A conversion with a the director of a level 1 trauma center revealed a simple, but important routine. The current CEO of the hospital regularly rounds to each department, including the trauma center 2-3 times a week. In doing so, he learns the names of physicians and nurses. He learns their concerns, what they like about the job and what frustrates them. He invites 2-way communication and dialog. He learns in real time any potential labor challenges that might be on the horizon. Consequently, trust and respect for the administration is high. Senior leaders, following the lead of the CEO do the same. A culture of mutual respect and trust grows.
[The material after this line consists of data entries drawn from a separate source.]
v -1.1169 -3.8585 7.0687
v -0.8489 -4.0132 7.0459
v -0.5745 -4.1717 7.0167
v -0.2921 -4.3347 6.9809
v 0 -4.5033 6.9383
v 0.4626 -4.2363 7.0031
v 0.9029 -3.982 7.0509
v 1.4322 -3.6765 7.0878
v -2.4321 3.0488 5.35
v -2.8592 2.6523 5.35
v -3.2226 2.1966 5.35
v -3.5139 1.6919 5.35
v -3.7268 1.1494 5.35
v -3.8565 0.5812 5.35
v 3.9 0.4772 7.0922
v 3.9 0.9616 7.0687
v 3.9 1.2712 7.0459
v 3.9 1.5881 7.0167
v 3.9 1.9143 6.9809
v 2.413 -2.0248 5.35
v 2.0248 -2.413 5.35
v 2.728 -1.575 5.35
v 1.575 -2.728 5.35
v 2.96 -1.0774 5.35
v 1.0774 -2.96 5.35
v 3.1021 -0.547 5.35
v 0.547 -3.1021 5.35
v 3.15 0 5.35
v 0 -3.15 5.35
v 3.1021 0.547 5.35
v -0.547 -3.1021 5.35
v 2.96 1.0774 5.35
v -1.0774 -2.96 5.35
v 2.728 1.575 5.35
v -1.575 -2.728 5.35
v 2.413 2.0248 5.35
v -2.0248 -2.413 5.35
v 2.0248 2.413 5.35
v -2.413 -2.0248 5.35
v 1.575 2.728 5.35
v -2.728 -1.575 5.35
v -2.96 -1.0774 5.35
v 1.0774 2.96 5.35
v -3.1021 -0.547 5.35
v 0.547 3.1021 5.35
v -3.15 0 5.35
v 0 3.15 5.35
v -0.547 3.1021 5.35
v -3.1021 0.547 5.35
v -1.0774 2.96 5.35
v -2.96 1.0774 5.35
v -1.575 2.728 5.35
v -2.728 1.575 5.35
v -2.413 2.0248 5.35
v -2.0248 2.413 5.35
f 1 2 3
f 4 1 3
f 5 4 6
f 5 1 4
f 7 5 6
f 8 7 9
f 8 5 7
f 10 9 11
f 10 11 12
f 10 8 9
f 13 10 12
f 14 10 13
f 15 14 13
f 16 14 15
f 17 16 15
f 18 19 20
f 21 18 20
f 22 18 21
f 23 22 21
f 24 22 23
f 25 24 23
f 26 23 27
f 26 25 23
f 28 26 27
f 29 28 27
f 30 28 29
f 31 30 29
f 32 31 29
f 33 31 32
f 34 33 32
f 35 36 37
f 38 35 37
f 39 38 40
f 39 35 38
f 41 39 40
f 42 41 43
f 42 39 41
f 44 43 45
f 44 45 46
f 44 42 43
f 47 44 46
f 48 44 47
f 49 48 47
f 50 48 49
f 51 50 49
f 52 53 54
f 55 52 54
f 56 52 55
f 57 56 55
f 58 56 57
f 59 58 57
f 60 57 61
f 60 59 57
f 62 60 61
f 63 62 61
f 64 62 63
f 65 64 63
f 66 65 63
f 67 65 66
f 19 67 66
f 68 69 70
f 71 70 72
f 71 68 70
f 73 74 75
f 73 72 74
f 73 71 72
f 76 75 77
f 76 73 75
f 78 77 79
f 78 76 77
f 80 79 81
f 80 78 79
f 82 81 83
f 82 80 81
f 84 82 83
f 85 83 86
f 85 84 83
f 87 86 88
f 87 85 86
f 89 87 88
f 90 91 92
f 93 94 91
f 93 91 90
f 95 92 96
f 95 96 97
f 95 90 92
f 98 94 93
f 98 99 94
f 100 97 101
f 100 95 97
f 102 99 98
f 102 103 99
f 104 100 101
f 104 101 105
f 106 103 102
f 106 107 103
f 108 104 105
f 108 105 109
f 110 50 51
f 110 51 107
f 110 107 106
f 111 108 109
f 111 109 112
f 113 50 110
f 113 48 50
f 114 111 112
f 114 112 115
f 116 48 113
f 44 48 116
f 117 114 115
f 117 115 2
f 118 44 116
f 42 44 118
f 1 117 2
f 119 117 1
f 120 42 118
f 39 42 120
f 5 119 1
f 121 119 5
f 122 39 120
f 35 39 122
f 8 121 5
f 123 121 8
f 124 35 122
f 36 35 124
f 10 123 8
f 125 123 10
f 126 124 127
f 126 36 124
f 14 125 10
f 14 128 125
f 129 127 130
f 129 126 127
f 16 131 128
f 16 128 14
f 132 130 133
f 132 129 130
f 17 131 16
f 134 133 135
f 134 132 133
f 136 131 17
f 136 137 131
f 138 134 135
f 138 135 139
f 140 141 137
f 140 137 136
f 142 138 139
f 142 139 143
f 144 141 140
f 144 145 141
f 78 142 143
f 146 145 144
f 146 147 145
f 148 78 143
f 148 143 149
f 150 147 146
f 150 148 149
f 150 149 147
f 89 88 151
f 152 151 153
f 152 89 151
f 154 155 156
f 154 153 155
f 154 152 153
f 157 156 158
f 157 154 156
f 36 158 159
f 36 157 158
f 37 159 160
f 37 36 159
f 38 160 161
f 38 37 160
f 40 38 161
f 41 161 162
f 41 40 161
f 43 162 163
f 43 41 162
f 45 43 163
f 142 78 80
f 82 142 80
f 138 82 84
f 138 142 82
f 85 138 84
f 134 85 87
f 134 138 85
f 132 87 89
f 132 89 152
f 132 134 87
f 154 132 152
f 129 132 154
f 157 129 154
Contrast this with executive leaders who lead from the sanctum of their office. Out side of direct reports, there is no relationship. For this type of leader, trust and respect of the workforce is probably not a priority.

Processes and routines are also the bank of organizational knowledge, skills, and experience. They serve as organizational memory. Procedures are changed and turned into new routines and processes because experience and data says there is a better way. Innovation occurs when existing processes are modified, reorganized, and streamlined. For the leadership system, processes and routines need the same kind of continual evaluation as an intricate surgical procedure. Annual strategic planning needs continual review and the process itself to make it more effective. Communication between senior leaders and front line staff always needs improvement. Routines that encourage and build 2-way communication yields enormous value.

The challenge is that only when we understand leadership as a system, will we understand how to improve the system. By understanding leadership as a system, leaders can be trained to its requirements.